# 3DS sections are getting out of hand with spam, arguments, off-topic posts, and unrealistic requests



## daxtsu (Oct 15, 2015)

It's great that homebrew has become a lot more accessible in the past weeks with the releases of Ironhax, Browserhax, Themehax, etc., but it's also brought a lot of off-topic spam and arguments with it, and it's got to stop. I think this thread by @GeekyGuy should be brought up again:

https://gbatemp.net/threads/a-reminder-about-respect.299756/

I'm not asking for anything specific from the staff here; I want to remind people that there are human beings behind the screennames that you're writing to, and that if there's a problem with something they've said, such as if it's been answered a million times already, kindly redirect them to a noob paradise or homebrew requests thread, or report the thread so it can be locked.


----------



## Deleted User (Oct 23, 2015)

There certainly needs to be a major spam cleanup.
I've also noticed recently that mods have been cracking down heavily. I've noticed that a lot more people than usual are being suspended, too.

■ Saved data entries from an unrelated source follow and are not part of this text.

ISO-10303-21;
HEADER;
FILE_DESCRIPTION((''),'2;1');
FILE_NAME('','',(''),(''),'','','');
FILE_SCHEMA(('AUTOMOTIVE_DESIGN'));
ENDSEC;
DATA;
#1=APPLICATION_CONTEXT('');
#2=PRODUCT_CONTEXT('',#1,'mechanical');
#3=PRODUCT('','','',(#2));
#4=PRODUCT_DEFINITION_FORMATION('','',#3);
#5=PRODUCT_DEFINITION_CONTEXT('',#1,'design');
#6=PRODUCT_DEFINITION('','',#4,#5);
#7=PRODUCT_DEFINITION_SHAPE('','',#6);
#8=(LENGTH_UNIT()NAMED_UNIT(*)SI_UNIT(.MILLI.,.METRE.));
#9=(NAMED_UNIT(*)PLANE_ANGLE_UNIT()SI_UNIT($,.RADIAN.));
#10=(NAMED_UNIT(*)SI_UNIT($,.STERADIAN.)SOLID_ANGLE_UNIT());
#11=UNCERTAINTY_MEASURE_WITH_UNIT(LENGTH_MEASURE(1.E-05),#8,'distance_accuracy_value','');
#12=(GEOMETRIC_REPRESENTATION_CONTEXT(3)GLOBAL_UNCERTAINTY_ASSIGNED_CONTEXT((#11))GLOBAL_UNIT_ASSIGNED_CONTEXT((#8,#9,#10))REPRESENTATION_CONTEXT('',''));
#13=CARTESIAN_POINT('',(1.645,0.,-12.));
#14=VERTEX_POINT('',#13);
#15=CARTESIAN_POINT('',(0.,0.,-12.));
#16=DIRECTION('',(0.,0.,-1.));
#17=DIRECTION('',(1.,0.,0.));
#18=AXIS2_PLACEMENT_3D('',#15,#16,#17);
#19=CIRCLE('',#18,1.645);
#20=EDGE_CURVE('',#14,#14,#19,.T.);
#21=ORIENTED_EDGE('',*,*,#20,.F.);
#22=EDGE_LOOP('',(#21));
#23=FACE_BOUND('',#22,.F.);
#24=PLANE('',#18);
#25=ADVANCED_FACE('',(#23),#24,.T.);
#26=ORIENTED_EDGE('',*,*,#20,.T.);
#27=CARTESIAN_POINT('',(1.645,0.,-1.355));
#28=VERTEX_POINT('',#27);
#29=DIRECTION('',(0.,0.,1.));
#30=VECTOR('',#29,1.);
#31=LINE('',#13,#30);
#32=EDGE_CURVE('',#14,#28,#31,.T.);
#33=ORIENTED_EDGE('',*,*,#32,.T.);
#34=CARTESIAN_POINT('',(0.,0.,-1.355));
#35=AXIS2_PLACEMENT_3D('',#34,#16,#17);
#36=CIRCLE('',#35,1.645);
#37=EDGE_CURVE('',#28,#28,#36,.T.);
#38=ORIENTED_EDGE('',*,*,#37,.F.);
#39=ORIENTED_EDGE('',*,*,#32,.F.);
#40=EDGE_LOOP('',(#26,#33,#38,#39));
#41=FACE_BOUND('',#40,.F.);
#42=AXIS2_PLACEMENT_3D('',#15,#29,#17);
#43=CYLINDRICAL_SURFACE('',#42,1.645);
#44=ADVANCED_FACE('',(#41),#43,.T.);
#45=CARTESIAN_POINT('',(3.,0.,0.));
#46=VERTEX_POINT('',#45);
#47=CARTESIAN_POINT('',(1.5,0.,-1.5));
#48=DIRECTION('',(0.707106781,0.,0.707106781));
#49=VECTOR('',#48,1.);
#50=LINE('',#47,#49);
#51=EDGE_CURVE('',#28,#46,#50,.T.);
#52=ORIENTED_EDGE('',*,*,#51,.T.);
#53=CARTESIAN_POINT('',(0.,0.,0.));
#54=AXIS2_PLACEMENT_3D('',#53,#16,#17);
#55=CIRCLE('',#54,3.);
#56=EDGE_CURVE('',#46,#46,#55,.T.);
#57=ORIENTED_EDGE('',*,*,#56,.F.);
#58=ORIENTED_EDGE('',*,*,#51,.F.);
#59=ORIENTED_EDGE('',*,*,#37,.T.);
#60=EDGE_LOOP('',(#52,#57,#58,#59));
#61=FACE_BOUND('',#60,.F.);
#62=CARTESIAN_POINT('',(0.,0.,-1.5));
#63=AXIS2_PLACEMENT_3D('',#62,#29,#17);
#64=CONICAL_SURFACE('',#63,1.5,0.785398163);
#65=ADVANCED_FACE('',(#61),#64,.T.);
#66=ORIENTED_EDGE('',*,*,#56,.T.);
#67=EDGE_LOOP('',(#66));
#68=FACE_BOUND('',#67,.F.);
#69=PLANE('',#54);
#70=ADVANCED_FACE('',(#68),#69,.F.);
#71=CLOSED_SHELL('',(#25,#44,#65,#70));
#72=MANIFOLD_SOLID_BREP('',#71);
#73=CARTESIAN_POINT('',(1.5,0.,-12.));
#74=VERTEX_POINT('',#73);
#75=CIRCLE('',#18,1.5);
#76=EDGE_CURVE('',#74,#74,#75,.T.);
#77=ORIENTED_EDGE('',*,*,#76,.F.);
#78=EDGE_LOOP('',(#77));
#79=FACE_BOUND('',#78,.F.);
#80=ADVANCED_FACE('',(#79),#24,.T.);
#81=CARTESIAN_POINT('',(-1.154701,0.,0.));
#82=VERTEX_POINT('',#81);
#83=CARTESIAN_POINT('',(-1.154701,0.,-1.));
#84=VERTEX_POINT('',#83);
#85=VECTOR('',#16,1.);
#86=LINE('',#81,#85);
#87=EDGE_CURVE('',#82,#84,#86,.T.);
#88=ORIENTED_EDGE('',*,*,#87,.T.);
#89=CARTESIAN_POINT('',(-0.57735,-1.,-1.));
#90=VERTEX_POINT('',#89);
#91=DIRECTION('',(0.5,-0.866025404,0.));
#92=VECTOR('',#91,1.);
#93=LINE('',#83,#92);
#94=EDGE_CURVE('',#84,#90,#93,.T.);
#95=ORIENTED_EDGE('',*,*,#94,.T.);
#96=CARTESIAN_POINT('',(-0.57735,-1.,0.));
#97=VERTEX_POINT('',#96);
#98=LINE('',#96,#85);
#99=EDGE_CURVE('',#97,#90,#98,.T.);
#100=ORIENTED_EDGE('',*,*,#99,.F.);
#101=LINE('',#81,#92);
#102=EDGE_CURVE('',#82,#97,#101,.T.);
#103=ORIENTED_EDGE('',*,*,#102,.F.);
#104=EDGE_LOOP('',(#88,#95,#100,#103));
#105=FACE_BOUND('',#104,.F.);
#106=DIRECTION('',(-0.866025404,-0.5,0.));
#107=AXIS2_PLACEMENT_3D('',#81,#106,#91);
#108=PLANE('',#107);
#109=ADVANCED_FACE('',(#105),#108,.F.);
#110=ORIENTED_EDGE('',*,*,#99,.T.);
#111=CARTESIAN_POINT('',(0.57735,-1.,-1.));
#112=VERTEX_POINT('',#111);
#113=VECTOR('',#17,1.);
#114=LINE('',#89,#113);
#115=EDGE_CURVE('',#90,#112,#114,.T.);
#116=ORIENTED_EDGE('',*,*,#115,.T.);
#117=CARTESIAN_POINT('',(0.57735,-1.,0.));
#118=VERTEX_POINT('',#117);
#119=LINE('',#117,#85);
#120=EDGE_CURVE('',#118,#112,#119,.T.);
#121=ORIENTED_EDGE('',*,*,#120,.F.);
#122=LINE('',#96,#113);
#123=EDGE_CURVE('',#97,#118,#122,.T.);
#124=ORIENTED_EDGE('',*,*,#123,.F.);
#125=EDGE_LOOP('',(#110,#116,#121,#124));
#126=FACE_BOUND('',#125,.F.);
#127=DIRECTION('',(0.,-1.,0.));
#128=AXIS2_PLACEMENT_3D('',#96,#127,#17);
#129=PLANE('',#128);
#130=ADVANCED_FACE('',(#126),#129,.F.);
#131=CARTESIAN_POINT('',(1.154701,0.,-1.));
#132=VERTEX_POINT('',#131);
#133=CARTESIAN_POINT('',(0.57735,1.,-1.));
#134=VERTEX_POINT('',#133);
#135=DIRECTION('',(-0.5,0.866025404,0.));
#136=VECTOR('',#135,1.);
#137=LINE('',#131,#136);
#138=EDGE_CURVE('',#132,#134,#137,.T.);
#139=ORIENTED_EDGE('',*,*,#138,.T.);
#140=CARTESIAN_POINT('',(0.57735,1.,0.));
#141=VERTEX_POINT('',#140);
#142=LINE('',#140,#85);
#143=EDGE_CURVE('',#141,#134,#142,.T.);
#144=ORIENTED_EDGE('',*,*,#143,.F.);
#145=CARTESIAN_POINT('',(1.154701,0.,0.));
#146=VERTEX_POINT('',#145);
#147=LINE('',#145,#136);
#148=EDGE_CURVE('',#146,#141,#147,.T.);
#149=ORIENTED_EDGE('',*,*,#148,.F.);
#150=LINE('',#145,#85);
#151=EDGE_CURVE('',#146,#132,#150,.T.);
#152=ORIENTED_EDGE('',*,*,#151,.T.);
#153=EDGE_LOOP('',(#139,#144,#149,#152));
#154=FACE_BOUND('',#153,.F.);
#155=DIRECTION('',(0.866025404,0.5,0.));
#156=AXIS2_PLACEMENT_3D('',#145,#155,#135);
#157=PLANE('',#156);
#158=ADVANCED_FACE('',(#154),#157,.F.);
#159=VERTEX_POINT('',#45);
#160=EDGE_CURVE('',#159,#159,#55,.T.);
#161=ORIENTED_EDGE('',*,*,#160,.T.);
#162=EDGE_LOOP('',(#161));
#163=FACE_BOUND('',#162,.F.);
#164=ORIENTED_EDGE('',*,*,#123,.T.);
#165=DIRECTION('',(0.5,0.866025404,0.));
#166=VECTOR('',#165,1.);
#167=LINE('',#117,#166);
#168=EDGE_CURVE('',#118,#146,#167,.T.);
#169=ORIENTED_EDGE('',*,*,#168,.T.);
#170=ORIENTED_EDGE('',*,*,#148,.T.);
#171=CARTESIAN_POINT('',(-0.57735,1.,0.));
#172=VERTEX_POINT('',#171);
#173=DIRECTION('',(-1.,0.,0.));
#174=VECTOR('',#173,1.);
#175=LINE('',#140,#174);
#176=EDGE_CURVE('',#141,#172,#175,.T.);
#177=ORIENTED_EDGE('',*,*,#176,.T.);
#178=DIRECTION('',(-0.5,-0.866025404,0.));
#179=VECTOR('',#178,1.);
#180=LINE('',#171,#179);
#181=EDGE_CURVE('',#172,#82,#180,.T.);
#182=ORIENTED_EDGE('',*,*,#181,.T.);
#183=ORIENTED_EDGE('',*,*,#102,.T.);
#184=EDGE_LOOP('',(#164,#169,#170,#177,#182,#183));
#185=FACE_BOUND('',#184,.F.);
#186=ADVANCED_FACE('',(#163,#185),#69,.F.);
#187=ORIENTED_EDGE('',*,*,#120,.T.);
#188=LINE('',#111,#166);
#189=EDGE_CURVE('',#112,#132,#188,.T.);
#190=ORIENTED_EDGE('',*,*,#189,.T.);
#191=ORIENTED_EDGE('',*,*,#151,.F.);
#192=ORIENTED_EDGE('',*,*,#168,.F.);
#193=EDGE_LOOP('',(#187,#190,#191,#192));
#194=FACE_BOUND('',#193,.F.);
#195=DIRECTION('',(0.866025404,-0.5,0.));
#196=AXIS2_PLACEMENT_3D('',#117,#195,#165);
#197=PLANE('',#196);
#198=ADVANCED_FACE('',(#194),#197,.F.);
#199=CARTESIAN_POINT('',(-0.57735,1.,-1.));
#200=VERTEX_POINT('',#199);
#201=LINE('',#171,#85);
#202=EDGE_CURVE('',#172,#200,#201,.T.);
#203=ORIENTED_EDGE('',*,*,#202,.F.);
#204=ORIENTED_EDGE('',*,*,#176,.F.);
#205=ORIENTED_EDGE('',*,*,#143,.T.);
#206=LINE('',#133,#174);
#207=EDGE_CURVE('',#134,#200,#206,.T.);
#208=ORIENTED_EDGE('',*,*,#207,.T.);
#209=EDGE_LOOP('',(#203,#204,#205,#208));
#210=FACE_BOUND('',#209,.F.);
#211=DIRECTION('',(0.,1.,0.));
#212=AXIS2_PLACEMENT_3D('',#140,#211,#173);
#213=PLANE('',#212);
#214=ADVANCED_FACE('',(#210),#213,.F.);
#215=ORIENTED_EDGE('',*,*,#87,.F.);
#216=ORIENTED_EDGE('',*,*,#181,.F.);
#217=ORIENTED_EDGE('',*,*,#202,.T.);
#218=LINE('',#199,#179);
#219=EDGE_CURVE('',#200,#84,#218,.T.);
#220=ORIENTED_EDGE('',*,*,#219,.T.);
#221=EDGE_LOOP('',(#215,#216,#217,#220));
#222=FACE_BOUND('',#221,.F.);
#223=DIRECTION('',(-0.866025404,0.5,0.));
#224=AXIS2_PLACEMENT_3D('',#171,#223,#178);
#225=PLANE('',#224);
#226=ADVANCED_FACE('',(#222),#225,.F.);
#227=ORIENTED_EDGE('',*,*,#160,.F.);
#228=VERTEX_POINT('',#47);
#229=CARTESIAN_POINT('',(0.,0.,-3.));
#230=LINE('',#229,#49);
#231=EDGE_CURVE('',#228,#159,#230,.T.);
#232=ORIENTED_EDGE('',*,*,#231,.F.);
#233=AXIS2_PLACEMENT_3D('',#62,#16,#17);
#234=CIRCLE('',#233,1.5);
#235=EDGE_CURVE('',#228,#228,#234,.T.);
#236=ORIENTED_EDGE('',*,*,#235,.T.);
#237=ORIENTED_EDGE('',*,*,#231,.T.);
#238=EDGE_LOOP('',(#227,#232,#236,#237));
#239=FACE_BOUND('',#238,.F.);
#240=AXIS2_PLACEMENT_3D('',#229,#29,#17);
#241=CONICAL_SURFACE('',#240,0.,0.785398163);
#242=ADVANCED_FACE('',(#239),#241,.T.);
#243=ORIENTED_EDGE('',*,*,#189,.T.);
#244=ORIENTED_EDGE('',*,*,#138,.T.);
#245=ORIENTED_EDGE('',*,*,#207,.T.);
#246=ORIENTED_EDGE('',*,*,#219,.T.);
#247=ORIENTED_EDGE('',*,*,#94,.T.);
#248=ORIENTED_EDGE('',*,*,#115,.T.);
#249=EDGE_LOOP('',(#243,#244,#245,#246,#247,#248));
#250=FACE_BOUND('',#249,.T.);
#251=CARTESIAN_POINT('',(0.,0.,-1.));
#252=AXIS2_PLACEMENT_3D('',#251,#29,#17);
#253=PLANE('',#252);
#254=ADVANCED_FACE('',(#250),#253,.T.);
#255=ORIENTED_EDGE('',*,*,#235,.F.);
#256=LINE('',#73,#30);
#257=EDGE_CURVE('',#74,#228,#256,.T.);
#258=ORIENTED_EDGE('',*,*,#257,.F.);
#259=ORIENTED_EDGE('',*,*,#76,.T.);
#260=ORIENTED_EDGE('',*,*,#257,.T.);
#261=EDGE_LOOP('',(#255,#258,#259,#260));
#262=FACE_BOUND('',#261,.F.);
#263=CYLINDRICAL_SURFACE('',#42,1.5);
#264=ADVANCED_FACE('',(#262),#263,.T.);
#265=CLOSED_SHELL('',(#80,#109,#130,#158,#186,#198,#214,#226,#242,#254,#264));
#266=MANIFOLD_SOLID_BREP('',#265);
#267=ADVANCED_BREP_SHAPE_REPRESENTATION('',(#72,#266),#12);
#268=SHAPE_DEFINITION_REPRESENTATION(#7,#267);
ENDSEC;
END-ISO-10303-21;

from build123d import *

# Parameters (mm, degrees)
F3_DEPTH = 1


with BuildPart() as f2:
    # F1 (on Front) → F2 (revolve)
    with BuildSketch(Plane.XZ):
        Polygon((3, 0), (1.5, 0), (1.5, -1.5), (1.645, -1.355), align=None)
        Polygon((1.5, 0), (0, 0), (0, -3), (1.5, -1.5), align=None)
        Polygon((1.5, -1.5), (0, -3), (0, -12), (1.5, -12), align=None)
    revolve(axis=Axis((0, 0, -6), (0, 0, -1)))

    # F0 (on Top) → F3 (cut)
    with BuildSketch(Plane.XY):
        Polygon((0.5773502692, 1), (-0.5773502692, 1), (-1.1547005384, 0), (-0.5773502692, -1), (0.5773502692, -1), (1.1547005384, 0), align=None)
    extrude(amount=-F3_DEPTH, mode=Mode.SUBTRACT)


with BuildPart() as f4:
    # F1 (on Front) → F4 (revolve)
    with BuildSketch(Plane.XZ):
        Polygon((1.5, -1.5), (0, -3), (0, -12), (1.5, -12), align=None)
        Polygon((1.5, 0), (0, 0), (0, -3), (1.5, -1.5), align=None)
        Polygon((3, 0), (1.5, 0), (1.5, -1.5), (1.645, -1.355), align=None)
        Polygon((1.645, -1.355), (1.5, -1.5), (1.5, -12), (1.645, -12), align=None)
    revolve(axis=Axis((0, 0, -6), (0, 0, -1)))


solid = Compound([f2.part, f4.part])
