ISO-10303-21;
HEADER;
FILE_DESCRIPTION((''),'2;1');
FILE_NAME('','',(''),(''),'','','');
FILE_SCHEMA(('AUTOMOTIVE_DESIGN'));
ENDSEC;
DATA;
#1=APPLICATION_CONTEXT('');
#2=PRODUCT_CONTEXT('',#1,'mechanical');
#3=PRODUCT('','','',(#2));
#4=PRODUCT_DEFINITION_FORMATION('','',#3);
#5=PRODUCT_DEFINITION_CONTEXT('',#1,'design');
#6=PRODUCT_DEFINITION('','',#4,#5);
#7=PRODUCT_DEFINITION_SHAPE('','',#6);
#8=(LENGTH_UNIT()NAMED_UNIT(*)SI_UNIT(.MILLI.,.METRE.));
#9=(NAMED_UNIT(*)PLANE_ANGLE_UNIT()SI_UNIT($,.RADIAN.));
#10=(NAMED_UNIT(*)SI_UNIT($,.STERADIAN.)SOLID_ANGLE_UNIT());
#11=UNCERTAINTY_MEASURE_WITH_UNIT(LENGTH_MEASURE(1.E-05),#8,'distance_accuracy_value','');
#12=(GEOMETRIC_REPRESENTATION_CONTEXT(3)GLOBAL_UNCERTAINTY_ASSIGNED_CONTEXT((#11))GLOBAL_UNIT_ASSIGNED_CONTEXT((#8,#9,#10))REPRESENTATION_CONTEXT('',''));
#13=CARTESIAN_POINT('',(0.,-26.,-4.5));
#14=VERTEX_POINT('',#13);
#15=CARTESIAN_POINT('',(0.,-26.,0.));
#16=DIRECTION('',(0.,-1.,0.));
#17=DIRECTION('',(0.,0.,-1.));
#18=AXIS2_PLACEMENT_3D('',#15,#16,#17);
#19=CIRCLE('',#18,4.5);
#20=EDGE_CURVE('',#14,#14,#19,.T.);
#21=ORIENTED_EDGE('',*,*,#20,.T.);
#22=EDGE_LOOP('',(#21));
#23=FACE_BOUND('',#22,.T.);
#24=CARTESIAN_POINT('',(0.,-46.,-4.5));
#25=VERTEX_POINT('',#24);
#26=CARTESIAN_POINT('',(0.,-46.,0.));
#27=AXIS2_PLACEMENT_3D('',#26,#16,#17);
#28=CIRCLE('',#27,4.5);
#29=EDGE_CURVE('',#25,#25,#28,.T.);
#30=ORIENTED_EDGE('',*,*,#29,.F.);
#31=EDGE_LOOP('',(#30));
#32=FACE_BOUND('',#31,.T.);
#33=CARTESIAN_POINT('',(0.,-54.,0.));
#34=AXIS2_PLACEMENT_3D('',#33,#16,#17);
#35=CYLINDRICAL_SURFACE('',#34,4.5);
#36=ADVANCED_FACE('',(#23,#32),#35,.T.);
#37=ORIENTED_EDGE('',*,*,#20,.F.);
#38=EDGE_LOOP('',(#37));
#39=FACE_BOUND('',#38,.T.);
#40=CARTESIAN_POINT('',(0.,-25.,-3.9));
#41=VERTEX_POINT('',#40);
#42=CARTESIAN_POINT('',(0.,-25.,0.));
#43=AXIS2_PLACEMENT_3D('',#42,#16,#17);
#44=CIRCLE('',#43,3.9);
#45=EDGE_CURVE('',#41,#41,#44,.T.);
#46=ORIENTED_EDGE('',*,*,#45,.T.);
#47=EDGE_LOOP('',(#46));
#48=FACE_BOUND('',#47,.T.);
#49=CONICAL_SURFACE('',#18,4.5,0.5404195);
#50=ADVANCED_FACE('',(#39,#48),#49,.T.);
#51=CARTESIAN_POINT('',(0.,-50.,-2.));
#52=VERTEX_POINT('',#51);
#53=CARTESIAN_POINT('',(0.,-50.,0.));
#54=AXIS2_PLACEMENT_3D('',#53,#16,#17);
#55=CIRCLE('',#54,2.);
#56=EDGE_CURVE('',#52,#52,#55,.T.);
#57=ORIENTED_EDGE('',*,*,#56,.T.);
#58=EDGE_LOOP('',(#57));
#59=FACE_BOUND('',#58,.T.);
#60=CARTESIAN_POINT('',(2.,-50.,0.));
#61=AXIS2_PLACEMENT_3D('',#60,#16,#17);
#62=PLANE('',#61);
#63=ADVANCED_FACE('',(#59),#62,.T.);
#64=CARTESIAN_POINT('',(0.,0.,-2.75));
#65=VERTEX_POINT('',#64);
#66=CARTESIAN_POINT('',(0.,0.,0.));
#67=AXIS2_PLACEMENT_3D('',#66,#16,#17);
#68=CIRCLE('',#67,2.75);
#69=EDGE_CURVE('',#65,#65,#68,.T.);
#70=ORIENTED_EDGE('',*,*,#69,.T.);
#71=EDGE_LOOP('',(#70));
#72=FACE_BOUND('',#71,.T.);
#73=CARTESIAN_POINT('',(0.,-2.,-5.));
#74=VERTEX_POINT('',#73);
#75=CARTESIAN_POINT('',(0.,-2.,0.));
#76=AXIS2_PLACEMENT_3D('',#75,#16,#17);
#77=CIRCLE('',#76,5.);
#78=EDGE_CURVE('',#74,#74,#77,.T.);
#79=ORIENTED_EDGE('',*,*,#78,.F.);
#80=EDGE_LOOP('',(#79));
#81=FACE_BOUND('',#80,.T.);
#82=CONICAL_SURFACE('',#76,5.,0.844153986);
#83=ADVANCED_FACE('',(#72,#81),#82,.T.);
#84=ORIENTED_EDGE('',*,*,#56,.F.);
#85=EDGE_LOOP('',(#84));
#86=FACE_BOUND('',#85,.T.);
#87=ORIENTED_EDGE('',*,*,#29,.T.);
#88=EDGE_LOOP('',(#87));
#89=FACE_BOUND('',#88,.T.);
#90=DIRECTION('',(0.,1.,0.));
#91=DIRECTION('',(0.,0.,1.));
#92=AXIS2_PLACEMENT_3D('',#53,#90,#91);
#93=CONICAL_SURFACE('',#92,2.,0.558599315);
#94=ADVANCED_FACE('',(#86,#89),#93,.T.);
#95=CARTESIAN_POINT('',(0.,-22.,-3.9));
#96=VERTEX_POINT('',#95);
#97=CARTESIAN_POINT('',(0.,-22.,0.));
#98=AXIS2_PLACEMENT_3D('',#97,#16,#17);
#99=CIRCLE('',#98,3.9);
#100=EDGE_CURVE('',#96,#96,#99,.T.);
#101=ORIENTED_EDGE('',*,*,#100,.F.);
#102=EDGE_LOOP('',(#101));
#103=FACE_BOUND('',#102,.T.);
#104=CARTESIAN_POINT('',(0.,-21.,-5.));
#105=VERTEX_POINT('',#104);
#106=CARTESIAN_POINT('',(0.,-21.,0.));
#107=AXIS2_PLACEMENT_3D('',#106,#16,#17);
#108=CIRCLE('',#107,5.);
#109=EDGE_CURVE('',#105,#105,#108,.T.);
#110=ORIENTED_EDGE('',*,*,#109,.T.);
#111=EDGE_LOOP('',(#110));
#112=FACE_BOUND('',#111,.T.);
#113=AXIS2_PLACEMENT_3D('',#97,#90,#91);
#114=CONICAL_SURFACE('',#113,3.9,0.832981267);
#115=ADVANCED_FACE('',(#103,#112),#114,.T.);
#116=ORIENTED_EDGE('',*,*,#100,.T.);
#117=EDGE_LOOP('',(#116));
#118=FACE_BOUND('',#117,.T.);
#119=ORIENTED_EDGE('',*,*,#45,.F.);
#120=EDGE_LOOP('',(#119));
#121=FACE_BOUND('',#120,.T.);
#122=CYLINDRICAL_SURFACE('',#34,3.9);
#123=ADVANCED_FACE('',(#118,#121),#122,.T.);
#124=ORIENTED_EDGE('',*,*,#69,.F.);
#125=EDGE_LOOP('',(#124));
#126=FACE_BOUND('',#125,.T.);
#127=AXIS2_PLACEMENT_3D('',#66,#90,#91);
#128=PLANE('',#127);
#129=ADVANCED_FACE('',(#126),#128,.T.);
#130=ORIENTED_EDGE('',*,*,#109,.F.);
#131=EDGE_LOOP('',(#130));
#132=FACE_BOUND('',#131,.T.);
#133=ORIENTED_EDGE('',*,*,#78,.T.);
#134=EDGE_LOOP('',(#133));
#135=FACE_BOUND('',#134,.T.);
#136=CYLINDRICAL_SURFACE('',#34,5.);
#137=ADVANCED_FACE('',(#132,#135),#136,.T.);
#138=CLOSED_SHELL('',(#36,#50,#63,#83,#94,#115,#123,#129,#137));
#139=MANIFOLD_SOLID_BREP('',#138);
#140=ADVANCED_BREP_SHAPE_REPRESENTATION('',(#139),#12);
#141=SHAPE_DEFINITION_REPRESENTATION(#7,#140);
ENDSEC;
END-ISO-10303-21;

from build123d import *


with BuildPart() as part:
    # Sketch1 → Motor_reductora_husillo (revolve)
    with BuildSketch(Plane.XY, mode=Mode.PRIVATE) as motor_reductora_husillo_sk:
        Polygon((0, 0), (2.75, 0), (5, -2), (5, -21), (3.9, -22), (3.9, -25), (4.5, -26), (4.5, -46), (2, -50), (0, -50), align=None)
    revolve(motor_reductora_husillo_sk.sketch.rotate(Axis((0, -54, 0), (0, 1, 0)), 90), axis=Axis((0, -54, 0), (0, 1, 0)))


solid = part.part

What the hell is going on?!


----------



## Jwiz33 (Oct 23, 2015)

Voxel Studios said:


> There certainly needs to be a major spam cleanup.
> I've also noticed recently that mods have been cracking down heavily. I've noticed that a lot more people than usual are being suspended, too.
> 
> What the hell is going on?!


It's the apocalypse! 
But speaking on a more serious note, yes, the 3DS section is like the EoF now.


----------



## The Catboy (Oct 23, 2015)

You can't swing a dead cat without hitting some crap thread. It's become serious mess that not only needs cleaning, but serious monitoring. Honestly it would be nice it brought back the section dedicated Moderators, like they had in the past instead of just Global Mods. Not to imply the GM's aren't doing a great job, but it's got to be stressful having such a small group oversee so much. A dedicated Mod would take some of the load of them.


----------



## Deleted User (Oct 23, 2015)

Crystal the Glaceon said:


> You can't swing a dead cat without hitting some crap thread. It's become serious mess that not only needs cleaning, but serious monitoring. Honestly it would be nice it brought back the section dedicated Moderators, like they had in the past instead of just Global Mods.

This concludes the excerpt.